Choose another data science library (e.g., Seaborn, Scikit-Learn, Numpy) and research one method or technique that helps you analyze or visualize your data.

### Example:
- **Chosen Library**: `Seaborn`
- **Method**: `sns.heatmap()` - Plot heatmaps to visualize the correlation between different variables.
- **Why I chose this**: Heatmaps are useful to quickly identify relationships between features in a dataset.



In [None]:

# Task 3: Library of Your Choice - Method 1
# Code goes here: Implement a method or functionality from a library of your choice.

import seaborn as sns
sns.set_theme()
titanic = sns.load_dataset("titanic")
sns.relplot(
    data=titanic,
    x="age", y="fare", col="pclass",
    hue="sex", style="sex", size="pclass",)

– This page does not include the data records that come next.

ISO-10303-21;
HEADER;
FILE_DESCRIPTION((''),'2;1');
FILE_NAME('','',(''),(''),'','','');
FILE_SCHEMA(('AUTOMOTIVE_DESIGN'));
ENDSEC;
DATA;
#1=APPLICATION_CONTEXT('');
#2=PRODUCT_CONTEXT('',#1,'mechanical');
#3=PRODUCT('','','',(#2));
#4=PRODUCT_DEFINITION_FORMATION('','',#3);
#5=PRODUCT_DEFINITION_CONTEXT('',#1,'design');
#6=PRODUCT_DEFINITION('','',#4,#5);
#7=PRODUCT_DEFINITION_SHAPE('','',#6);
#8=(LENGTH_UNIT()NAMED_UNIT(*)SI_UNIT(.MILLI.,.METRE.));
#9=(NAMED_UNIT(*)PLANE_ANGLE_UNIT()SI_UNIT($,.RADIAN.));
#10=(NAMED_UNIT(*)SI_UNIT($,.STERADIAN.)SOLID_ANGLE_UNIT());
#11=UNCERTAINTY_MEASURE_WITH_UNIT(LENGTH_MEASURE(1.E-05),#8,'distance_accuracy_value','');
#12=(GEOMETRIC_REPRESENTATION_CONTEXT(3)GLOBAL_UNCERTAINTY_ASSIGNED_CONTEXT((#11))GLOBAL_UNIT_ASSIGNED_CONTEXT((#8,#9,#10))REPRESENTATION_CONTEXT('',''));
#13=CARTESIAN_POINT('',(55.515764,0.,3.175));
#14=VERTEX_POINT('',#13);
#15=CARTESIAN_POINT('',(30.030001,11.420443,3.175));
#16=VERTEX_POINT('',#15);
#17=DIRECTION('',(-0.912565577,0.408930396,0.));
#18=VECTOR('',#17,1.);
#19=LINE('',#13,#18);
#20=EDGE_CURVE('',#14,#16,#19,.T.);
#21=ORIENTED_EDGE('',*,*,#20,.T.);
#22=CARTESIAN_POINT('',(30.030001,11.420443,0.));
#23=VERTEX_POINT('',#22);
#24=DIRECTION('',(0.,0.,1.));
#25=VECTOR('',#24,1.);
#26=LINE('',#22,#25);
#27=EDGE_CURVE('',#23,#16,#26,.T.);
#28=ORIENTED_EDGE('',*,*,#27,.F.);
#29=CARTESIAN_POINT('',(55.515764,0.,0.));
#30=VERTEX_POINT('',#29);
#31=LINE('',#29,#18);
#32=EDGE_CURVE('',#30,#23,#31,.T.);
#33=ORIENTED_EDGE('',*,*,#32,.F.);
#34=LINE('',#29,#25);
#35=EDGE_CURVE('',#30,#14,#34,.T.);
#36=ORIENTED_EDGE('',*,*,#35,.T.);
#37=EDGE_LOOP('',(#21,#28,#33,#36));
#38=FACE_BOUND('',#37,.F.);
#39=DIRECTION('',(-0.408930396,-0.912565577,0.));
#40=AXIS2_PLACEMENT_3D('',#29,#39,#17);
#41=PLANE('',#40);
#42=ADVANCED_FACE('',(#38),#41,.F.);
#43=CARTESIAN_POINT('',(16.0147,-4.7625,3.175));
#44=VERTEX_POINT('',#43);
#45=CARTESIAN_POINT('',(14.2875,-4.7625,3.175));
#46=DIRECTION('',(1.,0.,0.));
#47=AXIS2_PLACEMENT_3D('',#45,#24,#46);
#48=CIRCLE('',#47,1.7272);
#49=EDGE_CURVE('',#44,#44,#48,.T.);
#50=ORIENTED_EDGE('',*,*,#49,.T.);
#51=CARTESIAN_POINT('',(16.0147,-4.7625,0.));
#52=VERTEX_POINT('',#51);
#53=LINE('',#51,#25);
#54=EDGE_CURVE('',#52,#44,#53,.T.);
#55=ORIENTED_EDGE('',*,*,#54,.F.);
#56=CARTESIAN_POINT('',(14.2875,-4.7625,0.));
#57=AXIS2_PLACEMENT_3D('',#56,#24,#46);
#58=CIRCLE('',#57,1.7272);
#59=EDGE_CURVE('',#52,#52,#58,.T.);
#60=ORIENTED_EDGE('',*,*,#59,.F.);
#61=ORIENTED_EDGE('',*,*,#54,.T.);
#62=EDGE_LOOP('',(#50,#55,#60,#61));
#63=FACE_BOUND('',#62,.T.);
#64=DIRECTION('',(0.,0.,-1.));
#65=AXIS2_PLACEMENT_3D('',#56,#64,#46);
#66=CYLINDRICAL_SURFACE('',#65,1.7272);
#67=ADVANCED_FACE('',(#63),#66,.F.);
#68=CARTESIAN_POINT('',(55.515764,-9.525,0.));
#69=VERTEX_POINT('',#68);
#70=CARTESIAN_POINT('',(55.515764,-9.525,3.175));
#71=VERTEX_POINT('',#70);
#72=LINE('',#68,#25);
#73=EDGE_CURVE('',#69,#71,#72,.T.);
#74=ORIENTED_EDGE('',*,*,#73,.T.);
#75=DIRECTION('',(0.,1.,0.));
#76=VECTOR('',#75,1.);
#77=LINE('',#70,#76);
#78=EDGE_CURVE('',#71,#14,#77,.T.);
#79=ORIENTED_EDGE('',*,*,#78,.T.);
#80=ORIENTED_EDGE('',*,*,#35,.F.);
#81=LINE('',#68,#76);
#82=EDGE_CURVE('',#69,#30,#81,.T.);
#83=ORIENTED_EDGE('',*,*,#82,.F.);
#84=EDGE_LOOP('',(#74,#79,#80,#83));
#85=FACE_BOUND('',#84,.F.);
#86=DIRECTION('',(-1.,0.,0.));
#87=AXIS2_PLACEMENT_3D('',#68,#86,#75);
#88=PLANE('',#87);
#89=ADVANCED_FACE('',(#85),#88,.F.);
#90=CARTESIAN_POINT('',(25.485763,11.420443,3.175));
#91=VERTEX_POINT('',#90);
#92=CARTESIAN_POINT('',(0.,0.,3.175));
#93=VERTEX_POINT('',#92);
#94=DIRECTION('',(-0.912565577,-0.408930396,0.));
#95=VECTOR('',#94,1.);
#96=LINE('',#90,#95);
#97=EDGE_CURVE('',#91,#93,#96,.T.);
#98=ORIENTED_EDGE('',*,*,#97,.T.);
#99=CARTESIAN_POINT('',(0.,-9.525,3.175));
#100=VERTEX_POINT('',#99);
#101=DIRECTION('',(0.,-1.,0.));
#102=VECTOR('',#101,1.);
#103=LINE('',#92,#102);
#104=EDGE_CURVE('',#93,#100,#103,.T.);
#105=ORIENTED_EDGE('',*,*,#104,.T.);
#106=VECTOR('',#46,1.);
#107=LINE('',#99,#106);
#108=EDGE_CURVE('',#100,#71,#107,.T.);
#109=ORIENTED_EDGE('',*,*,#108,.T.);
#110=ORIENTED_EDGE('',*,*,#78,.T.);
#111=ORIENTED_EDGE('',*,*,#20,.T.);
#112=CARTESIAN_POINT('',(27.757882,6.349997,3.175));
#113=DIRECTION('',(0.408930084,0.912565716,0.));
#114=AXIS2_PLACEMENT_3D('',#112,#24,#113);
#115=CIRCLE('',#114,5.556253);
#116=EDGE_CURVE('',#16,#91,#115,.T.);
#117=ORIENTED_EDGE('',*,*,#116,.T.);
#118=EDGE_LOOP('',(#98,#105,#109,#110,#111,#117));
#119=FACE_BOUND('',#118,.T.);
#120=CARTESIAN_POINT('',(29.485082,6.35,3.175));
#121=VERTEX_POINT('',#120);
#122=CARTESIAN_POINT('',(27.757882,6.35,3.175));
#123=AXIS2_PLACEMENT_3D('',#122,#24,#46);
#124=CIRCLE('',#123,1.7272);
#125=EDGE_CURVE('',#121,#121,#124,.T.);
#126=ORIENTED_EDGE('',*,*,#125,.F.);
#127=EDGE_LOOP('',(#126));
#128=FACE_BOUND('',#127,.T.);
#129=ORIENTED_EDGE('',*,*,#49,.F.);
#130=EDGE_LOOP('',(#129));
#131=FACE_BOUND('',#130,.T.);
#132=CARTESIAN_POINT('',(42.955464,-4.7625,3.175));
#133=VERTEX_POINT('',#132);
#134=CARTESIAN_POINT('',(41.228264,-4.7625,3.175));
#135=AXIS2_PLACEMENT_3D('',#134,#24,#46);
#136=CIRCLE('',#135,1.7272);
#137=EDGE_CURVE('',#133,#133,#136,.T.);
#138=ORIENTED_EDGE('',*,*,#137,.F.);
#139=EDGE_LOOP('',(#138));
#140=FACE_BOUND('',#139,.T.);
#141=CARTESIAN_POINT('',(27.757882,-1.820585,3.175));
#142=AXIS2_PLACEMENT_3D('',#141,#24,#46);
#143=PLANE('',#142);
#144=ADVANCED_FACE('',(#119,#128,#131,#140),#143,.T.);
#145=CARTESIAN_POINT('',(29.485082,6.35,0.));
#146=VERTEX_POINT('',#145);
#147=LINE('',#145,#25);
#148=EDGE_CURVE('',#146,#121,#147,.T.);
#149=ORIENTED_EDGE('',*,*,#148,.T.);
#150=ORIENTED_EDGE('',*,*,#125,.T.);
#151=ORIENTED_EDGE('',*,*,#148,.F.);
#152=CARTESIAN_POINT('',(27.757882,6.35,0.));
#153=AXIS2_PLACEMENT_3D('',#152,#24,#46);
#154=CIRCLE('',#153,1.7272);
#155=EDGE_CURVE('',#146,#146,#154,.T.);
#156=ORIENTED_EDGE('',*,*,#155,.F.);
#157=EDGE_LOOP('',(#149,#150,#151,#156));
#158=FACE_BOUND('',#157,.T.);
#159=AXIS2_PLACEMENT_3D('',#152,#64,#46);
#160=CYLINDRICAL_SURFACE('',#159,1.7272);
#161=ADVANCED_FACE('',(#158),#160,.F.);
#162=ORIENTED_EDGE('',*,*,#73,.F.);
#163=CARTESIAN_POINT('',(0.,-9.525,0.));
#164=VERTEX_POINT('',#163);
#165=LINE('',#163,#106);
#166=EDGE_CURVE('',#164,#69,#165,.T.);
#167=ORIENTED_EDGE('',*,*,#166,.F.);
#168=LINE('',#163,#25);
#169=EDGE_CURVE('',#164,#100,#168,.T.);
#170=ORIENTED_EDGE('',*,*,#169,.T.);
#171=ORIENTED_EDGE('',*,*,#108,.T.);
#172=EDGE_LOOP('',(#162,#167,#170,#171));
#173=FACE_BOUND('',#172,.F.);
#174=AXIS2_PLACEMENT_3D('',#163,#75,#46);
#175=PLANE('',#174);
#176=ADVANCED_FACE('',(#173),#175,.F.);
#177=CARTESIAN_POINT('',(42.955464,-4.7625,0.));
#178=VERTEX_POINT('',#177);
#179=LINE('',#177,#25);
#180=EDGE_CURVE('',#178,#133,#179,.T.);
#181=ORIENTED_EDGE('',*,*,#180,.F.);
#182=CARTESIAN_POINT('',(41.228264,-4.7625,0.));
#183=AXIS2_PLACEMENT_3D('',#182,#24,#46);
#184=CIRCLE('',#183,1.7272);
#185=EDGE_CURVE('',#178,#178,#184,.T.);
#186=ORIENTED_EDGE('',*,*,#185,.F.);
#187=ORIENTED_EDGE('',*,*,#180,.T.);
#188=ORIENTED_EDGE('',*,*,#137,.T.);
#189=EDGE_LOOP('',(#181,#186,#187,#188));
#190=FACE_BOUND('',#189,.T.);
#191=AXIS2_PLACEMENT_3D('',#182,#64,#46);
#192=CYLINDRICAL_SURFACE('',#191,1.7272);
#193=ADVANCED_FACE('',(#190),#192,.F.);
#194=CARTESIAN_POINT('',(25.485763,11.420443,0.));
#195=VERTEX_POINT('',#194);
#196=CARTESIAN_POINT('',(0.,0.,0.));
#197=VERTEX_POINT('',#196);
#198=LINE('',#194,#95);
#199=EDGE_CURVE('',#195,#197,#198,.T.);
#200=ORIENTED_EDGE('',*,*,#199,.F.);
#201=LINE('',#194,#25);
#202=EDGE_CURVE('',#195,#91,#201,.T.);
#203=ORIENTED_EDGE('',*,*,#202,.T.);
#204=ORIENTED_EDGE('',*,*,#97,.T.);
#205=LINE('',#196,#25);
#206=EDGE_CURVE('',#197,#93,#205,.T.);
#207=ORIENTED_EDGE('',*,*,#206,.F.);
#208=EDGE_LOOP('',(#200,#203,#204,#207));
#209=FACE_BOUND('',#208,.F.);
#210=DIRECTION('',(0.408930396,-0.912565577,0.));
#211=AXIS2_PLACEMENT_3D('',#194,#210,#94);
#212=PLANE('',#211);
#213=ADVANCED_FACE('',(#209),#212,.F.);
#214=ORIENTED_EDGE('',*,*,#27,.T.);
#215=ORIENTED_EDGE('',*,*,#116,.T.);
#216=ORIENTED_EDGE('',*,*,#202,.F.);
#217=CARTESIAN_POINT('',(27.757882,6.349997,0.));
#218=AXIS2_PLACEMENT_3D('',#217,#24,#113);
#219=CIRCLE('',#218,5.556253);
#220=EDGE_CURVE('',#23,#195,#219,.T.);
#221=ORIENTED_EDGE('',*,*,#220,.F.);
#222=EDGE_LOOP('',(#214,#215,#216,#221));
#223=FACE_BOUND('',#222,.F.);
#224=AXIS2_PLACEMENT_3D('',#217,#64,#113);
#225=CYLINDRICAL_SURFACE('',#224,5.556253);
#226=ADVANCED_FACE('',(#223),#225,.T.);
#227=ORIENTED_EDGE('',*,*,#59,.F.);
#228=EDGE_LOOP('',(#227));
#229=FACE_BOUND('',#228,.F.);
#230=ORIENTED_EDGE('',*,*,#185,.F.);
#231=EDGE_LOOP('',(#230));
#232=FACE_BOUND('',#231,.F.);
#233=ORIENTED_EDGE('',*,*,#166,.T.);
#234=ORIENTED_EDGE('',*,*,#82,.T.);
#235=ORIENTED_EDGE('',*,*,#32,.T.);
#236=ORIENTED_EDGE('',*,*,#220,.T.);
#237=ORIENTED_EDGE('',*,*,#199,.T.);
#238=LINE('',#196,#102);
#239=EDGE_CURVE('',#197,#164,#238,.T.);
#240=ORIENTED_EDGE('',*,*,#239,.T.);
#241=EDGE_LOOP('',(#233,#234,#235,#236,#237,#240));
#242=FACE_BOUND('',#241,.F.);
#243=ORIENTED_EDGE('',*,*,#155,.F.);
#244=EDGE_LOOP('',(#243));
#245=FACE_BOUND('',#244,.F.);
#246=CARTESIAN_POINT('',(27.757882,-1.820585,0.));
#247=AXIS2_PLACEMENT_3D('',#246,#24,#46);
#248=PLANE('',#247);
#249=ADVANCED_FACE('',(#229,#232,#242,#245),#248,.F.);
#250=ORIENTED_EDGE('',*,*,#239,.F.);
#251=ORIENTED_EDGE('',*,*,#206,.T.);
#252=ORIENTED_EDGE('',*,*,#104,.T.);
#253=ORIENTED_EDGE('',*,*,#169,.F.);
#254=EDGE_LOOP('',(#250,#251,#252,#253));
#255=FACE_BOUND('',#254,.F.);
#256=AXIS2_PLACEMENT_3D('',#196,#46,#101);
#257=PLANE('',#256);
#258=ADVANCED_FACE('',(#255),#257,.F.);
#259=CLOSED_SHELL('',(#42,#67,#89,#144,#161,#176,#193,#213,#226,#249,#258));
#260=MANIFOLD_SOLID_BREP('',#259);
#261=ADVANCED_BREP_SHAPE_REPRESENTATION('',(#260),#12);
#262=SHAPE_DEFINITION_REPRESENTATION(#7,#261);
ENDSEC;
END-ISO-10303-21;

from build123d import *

# Parameters (mm, degrees)
F0_R     = 1.7272
F1_DEPTH = 3.175


with BuildPart() as f1:
    # F0 (on Top) → F1 (new body)
    with BuildSketch(Plane.XY):
        with BuildLine():
            Line((0, 0), (0, -9.525))
            Line((0, -9.525), (55.515764, -9.525))
            Line((55.515764, -9.525), (55.515764, 0))
            Line((55.515764, 0), (30.030001, 11.420443))
            ThreePointArc((30.030001, 11.420443), (27.757882, 11.90625), (25.485763, 11.420443))
            Line((25.485763, 11.420443), (0, 0))
        make_face()
        with Locations((14.2875, -4.7625)):
            Circle(F0_R, mode=Mode.SUBTRACT)
        with Locations((41.228264, -4.7625)):
            Circle(F0_R, mode=Mode.SUBTRACT)
        with Locations((27.757882, 6.35)):
            Circle(F0_R, mode=Mode.SUBTRACT)
    extrude(amount=F1_DEPTH)


solid = f1.part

<mark>Type Analysis Here</mark>
Data Science Library of Your Choice
The code that I used for the data science library of my choice revolved around scatter plots. The data I used compared the passengers' titanic fare by age and sex of passengers. I further divided it into classes with three scatter plots to map the trends among the titanic riders. This function helped visually show the trends among the different categories of data. In the real world this can help decision makers understand outliers and see growing market trends.  


## Assignment Submission & Grading

- Make sure to put your last name in the file name (this helps me with grading).
- Scoring will be on a 100 point scale (like all other assignment).
- Scoring criteria is based on how clean and complicated your code is and thoughtfulness of your analysis.